Could Yorkshire become England’s first semi-autonomous province? In a post-pandemic, post-Brexit landscape, Colin Speakman, author of Yorkshire: Ancient Nation, Future Province – which is being launched at the University of Bradford on 17 November – thinks so. As co-creator of the Dales Way, he’s well used to finding navigable routes across treacherous terrain.
Colin Speakman is probably best known as the co-creator (alongside the late Tom Wilcock) of the Dales Way, an 81-mile scenic trek and one of the most famous ramblers’ routes in the UK. It wends its way from Ilkley, West Yorkshire, with linking paths from central Leeds, Bradford and Harrogate, all the way to Bowness-on-Windermere, Cumbria.
Along the way, it takes in some of the most breathtaking scenery in the world, climbing up from its historic spa town starting point and then sweeping up and over the mountainous backbone of Yorkshire that is the Pennines, passing through Appletreewick, Hebden, Grassington and Deepdale, before crossing into Cumbria.
Devolution for Yorkshire: a transformative journey
In many ways, the Dales Way is a journey that is all about transformation. Those who accept its challenge move from confined townscapes of brick and stone to the boundless, borderless gaping wonder of windswept moors. In this sense of being a transformative journey, the Dales Way could be seen as a metaphor for Yorkshire devolution, and that is the subject of Speakman’s latest book, Yorkshire: Ancient Nation, Future Province, published by the Gritstone Publishing Cooperative. It is part polemic, part manifesto, and has a foreword from the newly elected mayor of West Yorkshire, Tracy Brabin.
Speakman, now 80, sees devolution as a natural destination for Yorkshire, not least because of its size. He points out that Yorkshire is as populous as Scotland (both have 5.4m inhabitants), and is more populous than Wales, both of which have devolved parliaments. The county is also larger than a number of mainland European countries and its economy is worth £110bn per year – twice the size of Wales and greater than 11 EU countries.
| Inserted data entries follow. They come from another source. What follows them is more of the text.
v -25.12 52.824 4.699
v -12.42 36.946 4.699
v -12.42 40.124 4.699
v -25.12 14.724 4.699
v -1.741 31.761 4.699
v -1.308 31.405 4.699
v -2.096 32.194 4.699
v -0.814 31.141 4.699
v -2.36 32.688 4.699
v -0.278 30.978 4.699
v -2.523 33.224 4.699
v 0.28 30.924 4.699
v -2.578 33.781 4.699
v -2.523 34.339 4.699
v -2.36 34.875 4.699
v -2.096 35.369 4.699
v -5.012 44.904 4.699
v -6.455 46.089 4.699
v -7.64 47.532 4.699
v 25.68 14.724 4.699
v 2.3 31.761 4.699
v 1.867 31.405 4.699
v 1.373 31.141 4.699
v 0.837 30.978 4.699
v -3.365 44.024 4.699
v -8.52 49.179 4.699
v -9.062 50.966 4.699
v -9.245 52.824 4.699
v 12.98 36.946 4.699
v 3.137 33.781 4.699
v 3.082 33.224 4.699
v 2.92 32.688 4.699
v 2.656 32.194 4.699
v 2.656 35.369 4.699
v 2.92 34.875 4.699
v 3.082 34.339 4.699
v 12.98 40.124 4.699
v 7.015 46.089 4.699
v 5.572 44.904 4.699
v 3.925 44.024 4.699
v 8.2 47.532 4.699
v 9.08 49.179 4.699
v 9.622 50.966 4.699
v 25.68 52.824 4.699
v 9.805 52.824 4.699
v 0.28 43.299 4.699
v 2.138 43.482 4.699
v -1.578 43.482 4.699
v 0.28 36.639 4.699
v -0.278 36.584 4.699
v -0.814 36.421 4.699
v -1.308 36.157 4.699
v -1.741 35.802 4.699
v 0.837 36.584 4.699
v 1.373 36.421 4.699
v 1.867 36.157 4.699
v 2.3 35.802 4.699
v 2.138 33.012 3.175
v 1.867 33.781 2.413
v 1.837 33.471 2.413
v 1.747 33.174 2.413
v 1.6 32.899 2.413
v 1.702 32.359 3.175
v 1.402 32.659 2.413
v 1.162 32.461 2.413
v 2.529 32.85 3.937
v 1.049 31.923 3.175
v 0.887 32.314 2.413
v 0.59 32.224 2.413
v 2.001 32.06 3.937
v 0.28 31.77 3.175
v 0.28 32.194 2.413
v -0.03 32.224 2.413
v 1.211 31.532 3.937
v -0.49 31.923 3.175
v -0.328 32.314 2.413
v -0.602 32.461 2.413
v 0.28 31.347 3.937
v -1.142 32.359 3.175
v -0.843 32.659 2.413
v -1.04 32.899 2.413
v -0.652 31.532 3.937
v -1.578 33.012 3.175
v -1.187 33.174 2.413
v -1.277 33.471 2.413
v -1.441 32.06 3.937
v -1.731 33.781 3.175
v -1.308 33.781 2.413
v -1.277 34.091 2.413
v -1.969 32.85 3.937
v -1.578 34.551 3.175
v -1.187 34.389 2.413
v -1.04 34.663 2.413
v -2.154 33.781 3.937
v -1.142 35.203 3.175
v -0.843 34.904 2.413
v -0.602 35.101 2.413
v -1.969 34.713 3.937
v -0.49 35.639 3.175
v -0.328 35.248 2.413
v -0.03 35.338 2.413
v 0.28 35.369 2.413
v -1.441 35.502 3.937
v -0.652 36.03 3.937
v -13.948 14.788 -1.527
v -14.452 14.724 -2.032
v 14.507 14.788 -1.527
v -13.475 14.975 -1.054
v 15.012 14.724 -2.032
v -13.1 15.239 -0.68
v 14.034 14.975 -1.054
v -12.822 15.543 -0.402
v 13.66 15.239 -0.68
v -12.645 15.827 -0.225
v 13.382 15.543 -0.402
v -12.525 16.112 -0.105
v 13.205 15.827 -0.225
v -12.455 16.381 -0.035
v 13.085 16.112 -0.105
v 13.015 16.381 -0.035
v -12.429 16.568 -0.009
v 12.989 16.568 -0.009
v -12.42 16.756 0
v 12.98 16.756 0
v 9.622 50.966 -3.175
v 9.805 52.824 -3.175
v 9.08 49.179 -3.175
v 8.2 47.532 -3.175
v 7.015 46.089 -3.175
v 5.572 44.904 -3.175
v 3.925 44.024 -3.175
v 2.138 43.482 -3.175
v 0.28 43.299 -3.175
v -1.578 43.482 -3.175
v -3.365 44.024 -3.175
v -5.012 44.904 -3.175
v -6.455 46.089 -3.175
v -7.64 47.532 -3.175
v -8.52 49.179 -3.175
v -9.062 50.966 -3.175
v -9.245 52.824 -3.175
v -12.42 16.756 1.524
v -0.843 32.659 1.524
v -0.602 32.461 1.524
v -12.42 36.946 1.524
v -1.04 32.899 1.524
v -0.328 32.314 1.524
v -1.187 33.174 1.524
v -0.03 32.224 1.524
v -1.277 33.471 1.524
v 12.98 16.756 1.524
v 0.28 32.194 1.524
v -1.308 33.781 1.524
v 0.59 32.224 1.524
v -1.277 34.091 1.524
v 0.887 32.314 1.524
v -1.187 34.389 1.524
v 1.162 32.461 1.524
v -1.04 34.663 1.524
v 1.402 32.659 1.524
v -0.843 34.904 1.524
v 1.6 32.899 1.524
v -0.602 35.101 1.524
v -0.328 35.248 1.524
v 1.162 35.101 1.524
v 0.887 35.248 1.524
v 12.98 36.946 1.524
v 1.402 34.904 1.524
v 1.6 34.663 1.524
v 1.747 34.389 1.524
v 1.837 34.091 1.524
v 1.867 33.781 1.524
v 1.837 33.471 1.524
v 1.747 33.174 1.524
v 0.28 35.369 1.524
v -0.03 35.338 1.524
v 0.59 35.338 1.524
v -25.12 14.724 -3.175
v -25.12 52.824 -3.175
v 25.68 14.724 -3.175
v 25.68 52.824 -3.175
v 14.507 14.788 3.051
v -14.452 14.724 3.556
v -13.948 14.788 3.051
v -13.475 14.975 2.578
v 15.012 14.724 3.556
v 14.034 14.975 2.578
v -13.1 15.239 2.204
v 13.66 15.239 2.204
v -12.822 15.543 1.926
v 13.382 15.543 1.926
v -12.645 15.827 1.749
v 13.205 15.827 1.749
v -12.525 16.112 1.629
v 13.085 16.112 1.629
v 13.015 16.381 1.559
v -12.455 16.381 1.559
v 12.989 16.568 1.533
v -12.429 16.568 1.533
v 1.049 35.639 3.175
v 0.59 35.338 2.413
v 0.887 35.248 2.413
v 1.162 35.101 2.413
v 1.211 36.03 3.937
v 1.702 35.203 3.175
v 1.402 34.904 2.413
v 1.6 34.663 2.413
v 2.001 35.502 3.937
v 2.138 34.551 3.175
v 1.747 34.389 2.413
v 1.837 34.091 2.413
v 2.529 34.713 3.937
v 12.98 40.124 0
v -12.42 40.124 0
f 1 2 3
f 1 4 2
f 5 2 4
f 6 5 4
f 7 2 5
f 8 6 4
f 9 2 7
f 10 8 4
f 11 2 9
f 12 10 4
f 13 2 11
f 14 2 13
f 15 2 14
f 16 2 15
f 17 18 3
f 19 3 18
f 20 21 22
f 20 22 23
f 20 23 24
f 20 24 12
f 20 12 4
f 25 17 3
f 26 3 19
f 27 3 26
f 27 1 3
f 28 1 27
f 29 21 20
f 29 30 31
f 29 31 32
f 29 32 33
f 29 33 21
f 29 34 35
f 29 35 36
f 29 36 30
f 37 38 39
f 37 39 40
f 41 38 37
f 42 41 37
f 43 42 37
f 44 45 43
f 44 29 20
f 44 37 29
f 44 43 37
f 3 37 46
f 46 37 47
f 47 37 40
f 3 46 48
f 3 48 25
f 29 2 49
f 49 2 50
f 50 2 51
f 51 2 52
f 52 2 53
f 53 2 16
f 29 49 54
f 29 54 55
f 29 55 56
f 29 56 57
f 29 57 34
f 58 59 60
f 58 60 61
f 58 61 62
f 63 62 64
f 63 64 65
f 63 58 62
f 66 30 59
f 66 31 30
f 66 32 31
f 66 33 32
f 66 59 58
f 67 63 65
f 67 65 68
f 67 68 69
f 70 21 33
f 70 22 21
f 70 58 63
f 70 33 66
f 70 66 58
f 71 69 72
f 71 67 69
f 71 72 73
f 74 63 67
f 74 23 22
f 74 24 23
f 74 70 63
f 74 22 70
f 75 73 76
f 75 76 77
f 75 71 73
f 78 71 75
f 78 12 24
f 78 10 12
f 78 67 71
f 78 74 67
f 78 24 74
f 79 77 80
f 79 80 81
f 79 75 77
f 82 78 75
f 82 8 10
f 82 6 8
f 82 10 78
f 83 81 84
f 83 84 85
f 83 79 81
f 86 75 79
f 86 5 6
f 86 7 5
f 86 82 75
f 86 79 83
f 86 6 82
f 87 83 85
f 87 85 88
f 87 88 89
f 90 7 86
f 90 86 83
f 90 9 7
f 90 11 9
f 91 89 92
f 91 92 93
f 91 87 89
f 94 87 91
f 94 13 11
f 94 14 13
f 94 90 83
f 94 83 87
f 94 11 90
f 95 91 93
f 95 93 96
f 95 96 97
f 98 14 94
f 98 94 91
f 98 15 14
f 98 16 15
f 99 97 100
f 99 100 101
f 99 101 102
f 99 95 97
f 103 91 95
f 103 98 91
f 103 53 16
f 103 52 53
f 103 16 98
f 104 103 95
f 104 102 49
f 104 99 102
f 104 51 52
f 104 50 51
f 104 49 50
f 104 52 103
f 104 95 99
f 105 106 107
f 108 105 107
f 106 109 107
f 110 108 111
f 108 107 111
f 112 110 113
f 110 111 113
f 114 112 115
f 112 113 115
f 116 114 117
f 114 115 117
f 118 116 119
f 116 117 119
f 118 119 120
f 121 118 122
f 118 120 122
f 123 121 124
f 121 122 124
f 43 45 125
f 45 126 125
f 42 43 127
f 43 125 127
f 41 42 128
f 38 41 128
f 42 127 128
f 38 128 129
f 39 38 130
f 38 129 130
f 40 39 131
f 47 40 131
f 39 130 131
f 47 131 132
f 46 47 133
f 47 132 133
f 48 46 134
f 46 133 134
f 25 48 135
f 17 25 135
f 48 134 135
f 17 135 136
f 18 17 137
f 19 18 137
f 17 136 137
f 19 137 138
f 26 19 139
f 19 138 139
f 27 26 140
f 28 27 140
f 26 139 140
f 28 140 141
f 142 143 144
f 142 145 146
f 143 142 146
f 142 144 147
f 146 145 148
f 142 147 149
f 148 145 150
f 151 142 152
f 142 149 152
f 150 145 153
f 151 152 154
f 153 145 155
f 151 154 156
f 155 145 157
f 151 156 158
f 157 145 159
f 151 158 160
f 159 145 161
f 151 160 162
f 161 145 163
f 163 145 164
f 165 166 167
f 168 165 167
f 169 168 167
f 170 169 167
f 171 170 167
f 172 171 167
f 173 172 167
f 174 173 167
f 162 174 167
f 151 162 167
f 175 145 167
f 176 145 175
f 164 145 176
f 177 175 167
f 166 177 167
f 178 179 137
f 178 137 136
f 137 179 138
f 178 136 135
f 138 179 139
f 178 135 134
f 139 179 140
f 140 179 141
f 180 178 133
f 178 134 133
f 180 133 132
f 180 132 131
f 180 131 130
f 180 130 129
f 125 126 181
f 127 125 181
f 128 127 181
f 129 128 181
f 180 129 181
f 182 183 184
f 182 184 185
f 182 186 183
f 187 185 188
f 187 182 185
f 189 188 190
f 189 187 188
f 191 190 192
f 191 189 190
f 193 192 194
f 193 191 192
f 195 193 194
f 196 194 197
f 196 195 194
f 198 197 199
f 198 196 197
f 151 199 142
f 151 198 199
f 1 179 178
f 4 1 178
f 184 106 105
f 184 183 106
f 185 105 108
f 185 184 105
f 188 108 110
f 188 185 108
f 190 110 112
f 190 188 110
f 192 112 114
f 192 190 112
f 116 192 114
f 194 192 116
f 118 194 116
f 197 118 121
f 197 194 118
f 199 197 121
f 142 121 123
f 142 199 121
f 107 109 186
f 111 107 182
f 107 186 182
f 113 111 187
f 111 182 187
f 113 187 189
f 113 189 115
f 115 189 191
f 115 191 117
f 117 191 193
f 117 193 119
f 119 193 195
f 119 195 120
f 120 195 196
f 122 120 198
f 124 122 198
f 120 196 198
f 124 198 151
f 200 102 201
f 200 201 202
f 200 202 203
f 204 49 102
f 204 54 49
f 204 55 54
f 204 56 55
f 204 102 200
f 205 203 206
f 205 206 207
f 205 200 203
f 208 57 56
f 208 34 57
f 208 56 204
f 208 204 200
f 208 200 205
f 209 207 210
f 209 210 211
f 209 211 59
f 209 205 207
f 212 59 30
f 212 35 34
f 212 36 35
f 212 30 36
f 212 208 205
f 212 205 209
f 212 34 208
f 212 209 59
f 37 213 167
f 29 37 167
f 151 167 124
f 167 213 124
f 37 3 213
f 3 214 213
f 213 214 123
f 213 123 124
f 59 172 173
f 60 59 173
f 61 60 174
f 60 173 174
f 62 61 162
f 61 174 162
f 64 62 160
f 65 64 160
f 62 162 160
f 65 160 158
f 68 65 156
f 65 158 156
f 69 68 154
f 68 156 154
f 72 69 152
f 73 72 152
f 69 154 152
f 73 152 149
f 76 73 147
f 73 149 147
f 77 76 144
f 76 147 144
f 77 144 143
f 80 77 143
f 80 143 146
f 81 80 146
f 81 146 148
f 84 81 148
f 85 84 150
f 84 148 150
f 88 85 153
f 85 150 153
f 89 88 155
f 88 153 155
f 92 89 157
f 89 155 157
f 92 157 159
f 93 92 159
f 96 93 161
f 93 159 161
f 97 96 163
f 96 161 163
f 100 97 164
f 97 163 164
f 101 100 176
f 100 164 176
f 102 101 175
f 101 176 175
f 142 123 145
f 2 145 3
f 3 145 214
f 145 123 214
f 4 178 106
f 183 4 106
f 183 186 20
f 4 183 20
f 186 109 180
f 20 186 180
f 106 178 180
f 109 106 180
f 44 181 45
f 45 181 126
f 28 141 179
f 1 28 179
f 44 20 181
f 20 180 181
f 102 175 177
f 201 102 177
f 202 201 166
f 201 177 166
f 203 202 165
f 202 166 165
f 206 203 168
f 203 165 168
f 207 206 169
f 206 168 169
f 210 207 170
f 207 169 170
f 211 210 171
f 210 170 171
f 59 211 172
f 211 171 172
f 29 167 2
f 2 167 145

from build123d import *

# Parameters (mm, degrees)
F0_R     = 1.5875
F1_DEPTH = 3.175
F2_DEPTH = 1.524
F4_DEPTH = 3.175
F5_R     = 2.032
F6_SIZE2 = 1.27
F6_SIZE  = 2.286


with BuildPart() as f1:
    # F0 (on Top) → F1 (new body)
    with BuildSketch(Plane.XY):
        with BuildLine():
            Line((-9.6292242988, 40.124001728), (0.2798453521, 40.124001728))
            Line((0.2798453521, 40.124001728), (10.1889150029, 40.124001728))
            Line((10.1889150029, 40.124001728), (12.9798453521, 40.124001728))
            Line((12.9798453521, 40.124001728), (12.9798453521, 36.9588285685))
            Line((12.9798453521, 36.9588285685), (12.9798453521, 14.724001728))
            Line((12.9798453521, 14.724001728), (25.6798453521, 14.724001728))
            Line((25.6798453521, 14.724001728), (25.6798453521, 52.824001728))
            Line((25.6798453521, 52.824001728), (9.8048453521, 52.824001728))
            ThreePointArc((9.8048453521, 52.824001728), (0.2798453521, 43.299001728), (-9.2451546479, 52.824001728))
            Line((-9.2451546479, 52.824001728), (-25.1201546479, 52.824001728))
            Line((-25.1201546479, 52.824001728), (-25.1201546479, 14.724001728))
            Line((-25.1201546479, 14.724001728), (-12.4201546479, 14.724001728))
            Line((-12.4201546479, 14.724001728), (-12.4201546479, 36.9588285685))
            Line((-12.4201546479, 36.9588285685), (-12.4201546479, 40.124001728))
            Line((-12.4201546479, 40.124001728), (-9.6292242988, 40.124001728))
        make_face()
        Polygon((10.1889150029, 40.124001728), (0.2798453521, 40.124001728), (-9.6292242988, 40.124001728), (-12.4201546479, 40.124001728), (-12.4201546479, 36.9588285685), (-9.5826818713, 36.9588285685), (0.2798453521, 36.9588285685), (12.9798453521, 36.9588285685), (12.9798453521, 40.124001728), align=None)
        Polygon((12.9798453521, 14.724001728), (12.9798453521, 36.9588285685), (0.2798453521, 36.9588285685), (-9.5826818713, 36.9588285685), (-12.4201546479, 36.9588285685), (-12.4201546479, 14.724001728), align=None)
        with Locations((0.2798453521, 33.3929099143)):
            Circle(F0_R, mode=Mode.SUBTRACT)
        with Locations((0.2798453521, 33.3929099143)):
            Circle(F0_R)
    extrude(amount=-F1_DEPTH)

    # F0 (on Top) → F2 (join)
    with BuildSketch(Plane.XY):
        with BuildLine():
            Line((-9.6292242988, 40.124001728), (0.2798453521, 40.124001728))
            Line((0.2798453521, 40.124001728), (10.1889150029, 40.124001728))
            Line((10.1889150029, 40.124001728), (12.9798453521, 40.124001728))
            Line((12.9798453521, 40.124001728), (12.9798453521, 36.9588285685))
            Line((12.9798453521, 36.9588285685), (12.9798453521, 14.724001728))
            Line((12.9798453521, 14.724001728), (25.6798453521, 14.724001728))
            Line((25.6798453521, 14.724001728), (25.6798453521, 52.824001728))
            Line((25.6798453521, 52.824001728), (9.8048453521, 52.824001728))
            ThreePointArc((9.8048453521, 52.824001728), (0.2798453521, 43.299001728), (-9.2451546479, 52.824001728))
            Line((-9.2451546479, 52.824001728), (-25.1201546479, 52.824001728))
Yorkshire’s history, people and places
Speakman’s book gives a brief but illuminating history of Yorkshire from Roman settlement through to Viking and Norman invasions, the War of the Roses, and the historic origins of Yorkshire’s enigmatic White Rose (look up the Battle of Minden, 1759). This leads up to the still-reviled local government reorganisation of 1974, which saw the abolition of the famous and emblematic Ridings.
The book also takes us on engaging detours into Yorkshire’s people and places – from writer Michael Bradford (The Fight for Yorkshire) and poet Ted Hughes, to Stoodley Pike obelisk and the Gothic folly hiding in Hackfall Woods.
Whitehall’s attitude to Yorkshire: “neo-colonialist”
Speaking at the University of Bradford ahead of the launch event, Speakman, who was awarded an honorary doctorate by the university in 1997, said, “The book is about devolution but it’s also about Yorkshire, its people, its landscape, its huge strengths and resources”. He addeding that it centrally concerns the fact that “much of this is mismanaged by central governments of whatever political colour. We are as big as several European countries and yet we’re held back by a neo-colonial attitude from Whitehall”.
One of the many consequences of this is that West Yorkshire is the biggest conurbation in Europe without a modern light rail transport system. In fact, there have been no new rail lines created in Yorkshire since the Beeching Cuts in the 1960s.
The book outlines a path to deliverance from what he calls the ‘nostalgic imperialist’ mindset of government by London.
From cultural strength to political change
In his pre-launch talk, Speakman described the post-Brexit and post-pandemic world as a moment of change, which brings great opportunities. Launching his book at the University of Bradford was, he felt, highly appropriate, not only because the institution itself celebrates change but also because of his confidence in its student population: “it will be the young people of today who bring about the changes of tomorrow”.
His ideal would be for England to move towards having a regional federal structure the way they do in parts of Germany, Switzerland and Austria. How is that to be achieved?
The key starting point for Speakman is a strengthening of culture – pride and confidence in Yorkshire as a ‘brand’, like Normandy in France or Bavaria in Germany. By celebrating and strengthening a shared sense of culture and belonging, political change, he feels, can be achieved. Yorkshire’s white rose could be a powerful unifying symbol and a rallying point for change.
As he says in the book:
“A process of voluntary self-identification is… the best way to bring Yorkshire people together into a Cultural Province of Yorkshire. This will ensure that, sooner or later, legislation to formalise this recognition will follow. Yorkshire is a state of mind as well as a place, something and somewhere people can opt into, to choose to belong to, not be ordered to by fingers on a bureaucrat’s keyboard. Ultimately, that will be its appeal and power.”
A step towards independence?
Yorkshire: Ancient Nation, Future Province is many things: part history, part tour-guide, and perhaps also one more step along the path to realising Yorkshire’s dream of devolution.